• TASK OBJECTIVE: Begin at the line containing "f 113 115 147" in the entries below and end at the line containing "f 148 141 138"; transcribe that range exactly and nothing outside it.

• AVAILABLE DATA:
Start of Block
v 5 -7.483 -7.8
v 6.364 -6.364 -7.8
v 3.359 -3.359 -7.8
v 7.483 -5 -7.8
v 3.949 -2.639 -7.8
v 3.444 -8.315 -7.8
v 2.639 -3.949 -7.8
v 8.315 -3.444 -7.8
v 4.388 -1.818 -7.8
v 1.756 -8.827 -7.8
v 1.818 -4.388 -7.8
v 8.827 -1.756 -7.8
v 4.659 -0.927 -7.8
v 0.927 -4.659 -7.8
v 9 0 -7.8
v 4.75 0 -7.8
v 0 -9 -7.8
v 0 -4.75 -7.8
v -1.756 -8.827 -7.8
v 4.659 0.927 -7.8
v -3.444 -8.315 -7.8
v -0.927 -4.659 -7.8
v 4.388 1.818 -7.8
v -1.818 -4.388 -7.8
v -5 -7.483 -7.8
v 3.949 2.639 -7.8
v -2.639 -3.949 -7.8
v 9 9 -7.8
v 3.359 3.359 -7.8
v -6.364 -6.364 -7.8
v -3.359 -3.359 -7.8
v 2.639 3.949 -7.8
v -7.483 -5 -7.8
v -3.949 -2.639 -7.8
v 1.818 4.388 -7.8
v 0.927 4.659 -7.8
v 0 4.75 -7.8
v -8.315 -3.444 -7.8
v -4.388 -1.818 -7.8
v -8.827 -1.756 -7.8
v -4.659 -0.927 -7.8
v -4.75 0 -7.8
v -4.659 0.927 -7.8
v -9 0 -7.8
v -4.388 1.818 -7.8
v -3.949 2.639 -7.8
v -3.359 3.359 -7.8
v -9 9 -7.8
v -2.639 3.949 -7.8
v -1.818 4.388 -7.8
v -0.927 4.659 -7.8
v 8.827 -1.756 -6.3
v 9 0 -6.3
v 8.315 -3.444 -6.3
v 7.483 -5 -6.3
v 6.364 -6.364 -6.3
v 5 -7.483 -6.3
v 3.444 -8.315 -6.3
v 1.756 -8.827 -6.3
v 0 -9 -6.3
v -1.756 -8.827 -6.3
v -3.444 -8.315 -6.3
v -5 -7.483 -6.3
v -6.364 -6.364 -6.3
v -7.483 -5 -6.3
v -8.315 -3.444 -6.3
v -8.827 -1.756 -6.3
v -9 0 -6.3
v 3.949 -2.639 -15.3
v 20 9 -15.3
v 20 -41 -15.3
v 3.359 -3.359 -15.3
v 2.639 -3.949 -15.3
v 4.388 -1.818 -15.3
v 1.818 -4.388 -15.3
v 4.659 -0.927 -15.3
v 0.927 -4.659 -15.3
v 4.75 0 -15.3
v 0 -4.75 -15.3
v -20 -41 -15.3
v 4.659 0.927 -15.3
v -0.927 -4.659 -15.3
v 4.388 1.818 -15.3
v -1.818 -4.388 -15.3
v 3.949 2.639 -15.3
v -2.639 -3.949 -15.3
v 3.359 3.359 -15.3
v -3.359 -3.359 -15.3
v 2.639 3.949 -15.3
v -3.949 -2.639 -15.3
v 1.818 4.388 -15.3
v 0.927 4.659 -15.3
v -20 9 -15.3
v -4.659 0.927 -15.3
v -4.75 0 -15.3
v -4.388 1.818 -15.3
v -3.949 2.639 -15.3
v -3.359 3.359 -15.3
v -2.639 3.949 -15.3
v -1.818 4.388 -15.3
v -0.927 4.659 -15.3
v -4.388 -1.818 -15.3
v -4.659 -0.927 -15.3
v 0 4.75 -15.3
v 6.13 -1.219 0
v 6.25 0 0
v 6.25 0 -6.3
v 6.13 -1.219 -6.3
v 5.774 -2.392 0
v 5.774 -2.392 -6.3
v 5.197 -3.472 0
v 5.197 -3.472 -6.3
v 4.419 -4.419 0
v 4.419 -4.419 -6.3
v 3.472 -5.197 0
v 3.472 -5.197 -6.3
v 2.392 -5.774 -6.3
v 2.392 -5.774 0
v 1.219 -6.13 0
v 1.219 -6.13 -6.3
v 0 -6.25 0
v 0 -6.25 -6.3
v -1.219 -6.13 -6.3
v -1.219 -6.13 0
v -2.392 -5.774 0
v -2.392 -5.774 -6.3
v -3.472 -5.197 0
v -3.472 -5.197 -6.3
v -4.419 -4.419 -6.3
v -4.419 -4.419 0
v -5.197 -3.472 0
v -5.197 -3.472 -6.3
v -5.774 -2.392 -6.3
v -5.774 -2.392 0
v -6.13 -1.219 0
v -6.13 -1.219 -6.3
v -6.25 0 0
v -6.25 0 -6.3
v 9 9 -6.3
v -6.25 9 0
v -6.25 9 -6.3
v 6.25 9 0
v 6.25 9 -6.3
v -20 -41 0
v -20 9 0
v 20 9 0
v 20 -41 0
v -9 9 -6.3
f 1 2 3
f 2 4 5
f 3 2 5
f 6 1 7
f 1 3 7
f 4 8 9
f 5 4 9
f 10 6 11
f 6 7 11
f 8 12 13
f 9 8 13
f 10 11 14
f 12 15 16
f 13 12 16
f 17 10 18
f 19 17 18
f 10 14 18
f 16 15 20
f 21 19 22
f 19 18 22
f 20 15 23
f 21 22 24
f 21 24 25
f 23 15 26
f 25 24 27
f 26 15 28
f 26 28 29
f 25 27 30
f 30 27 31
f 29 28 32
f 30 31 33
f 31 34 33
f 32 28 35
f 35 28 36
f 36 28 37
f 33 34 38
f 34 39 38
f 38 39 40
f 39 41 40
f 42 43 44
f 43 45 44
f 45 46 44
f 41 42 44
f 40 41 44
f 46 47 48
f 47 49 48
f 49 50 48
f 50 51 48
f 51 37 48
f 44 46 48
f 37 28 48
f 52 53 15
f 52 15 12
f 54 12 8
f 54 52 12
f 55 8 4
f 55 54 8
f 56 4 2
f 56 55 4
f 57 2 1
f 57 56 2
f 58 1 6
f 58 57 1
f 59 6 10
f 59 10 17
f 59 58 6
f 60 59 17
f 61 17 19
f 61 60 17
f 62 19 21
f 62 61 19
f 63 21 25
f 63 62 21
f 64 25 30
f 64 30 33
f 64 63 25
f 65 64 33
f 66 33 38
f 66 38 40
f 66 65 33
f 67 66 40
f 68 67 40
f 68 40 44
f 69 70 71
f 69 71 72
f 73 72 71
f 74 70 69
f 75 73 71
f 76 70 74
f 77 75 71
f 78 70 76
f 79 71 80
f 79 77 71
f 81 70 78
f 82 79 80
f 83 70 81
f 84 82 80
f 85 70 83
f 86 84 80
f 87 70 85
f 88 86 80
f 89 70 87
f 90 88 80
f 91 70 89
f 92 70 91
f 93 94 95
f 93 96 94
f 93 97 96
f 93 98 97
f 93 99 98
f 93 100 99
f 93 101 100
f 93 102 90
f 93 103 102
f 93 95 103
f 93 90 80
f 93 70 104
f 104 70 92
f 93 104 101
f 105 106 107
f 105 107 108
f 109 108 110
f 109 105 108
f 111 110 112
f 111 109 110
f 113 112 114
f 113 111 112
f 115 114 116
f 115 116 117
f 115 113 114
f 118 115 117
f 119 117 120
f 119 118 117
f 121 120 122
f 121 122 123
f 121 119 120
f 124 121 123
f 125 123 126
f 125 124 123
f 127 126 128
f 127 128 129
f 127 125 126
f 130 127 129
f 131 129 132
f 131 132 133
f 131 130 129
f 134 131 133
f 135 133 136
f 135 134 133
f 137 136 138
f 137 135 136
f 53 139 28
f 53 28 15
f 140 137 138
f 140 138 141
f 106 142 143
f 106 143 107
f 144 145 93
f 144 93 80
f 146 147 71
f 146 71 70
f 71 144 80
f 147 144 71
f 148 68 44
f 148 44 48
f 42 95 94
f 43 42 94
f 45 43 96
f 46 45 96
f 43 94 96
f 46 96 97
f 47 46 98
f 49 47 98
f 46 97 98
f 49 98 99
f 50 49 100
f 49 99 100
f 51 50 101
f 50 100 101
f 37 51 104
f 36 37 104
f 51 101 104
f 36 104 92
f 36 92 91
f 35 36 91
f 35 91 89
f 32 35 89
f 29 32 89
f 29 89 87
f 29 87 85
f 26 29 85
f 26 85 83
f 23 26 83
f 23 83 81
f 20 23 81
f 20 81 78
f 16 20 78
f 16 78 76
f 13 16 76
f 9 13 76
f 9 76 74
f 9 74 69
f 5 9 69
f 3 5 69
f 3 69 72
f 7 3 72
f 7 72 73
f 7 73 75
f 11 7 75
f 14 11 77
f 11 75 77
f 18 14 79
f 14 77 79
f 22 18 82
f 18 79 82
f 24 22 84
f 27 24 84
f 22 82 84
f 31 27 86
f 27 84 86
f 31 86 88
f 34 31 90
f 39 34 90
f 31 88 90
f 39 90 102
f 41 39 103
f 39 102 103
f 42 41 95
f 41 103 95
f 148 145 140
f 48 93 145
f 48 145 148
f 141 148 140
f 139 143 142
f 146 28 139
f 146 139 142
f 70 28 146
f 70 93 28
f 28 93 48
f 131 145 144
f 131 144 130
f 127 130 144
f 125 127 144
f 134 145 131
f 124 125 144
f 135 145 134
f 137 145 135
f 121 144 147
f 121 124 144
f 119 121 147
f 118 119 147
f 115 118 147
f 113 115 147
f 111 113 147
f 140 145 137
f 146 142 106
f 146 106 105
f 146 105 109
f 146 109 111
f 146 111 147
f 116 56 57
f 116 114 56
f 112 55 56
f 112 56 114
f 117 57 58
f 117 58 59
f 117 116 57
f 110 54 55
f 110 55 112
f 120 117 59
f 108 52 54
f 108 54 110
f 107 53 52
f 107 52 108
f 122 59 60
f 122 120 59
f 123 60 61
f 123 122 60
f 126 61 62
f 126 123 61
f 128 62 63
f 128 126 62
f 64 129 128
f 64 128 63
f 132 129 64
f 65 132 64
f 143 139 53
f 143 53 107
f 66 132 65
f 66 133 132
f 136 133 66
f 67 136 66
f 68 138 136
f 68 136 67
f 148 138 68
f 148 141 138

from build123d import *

# Parameters (mm, degrees)
BOSS_EXTRUDE1_DEPTH = 15.3
SKETCH3_R           = 4.75
BOSS_EXTRUDE2_DEPTH = 9
CUT_EXTRUDE1_DEPTH  = 1.5


with BuildPart() as part:
    # Sketch2 → Boss-Extrude1 (new body)
    with BuildSketch(Plane.XY):
        with BuildLine():
            Line((-20, 9), (-20, -41))
            Line((-20, -41), (20, -41))
            Line((20, -41), (20, 9))
            Line((20, 9), (6.25, 9))
            Line((6.25, 9), (6.25, 0))
            ThreePointArc((6.25, 0), (0, -6.25), (-6.25, 0))
            Line((-6.25, 0), (-6.25, 9))
            Line((-6.25, 9), (-20, 9))
        make_face()
    extrude(amount=-BOSS_EXTRUDE1_DEPTH)

    # Sketch3 → Boss-Extrude2 (add)
    with BuildSketch(Plane(origin=(0, 0, -15.3), x_dir=(-1, 0, 0), z_dir=(0, 0, -1))):
        with BuildLine():
            Line((6.25, 0), (6.25, 9))
            Line((6.25, 9), (-6.25, 9))
            Line((-6.25, 9), (-6.25, 0))
            ThreePointArc((-6.25, 0), (0, -6.25), (6.25, 0))
        make_face()
        Circle(SKETCH3_R, mode=Mode.SUBTRACT)
    extrude(amount=-BOSS_EXTRUDE2_DEPTH)

    # Sketch4 → Cut-Extrude1 (cut)
    with BuildSketch(Plane.XY.offset(-6.3)):
        with BuildLine():
            Line((-9, 0), (-9, 9))
            ThreePointArc((-9, 9), (0, 18), (9, 9))
            Line((9, 9), (9, 0))
            ThreePointArc((9, 0), (0, -9), (-9, 0))
        make_face()
    extrude(amount=-CUT_EXTRUDE1_DEPTH, mode=Mode.SUBTRACT)


solid = part.part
End of Block
• REPLY TO THE TASK:
f 113 115 147
f 111 113 147
f 140 145 137
f 146 142 106
f 146 106 105
f 146 105 109
f 146 109 111
f 146 111 147
f 116 56 57
f 116 114 56
f 112 55 56
f 112 56 114
f 117 57 58
f 117 58 59
f 117 116 57
f 110 54 55
f 110 55 112
f 120 117 59
f 108 52 54
f 108 54 110
f 107 53 52
f 107 52 108
f 122 59 60
f 122 120 59
f 123 60 61
f 123 122 60
f 126 61 62
f 126 123 61
f 128 62 63
f 128 126 62
f 64 129 128
f 64 128 63
f 132 129 64
f 65 132 64
f 143 139 53
f 143 53 107
f 66 132 65
f 66 133 132
f 136 133 66
f 67 136 66
f 68 138 136
f 68 136 67
f 148 138 68
f 148 141 138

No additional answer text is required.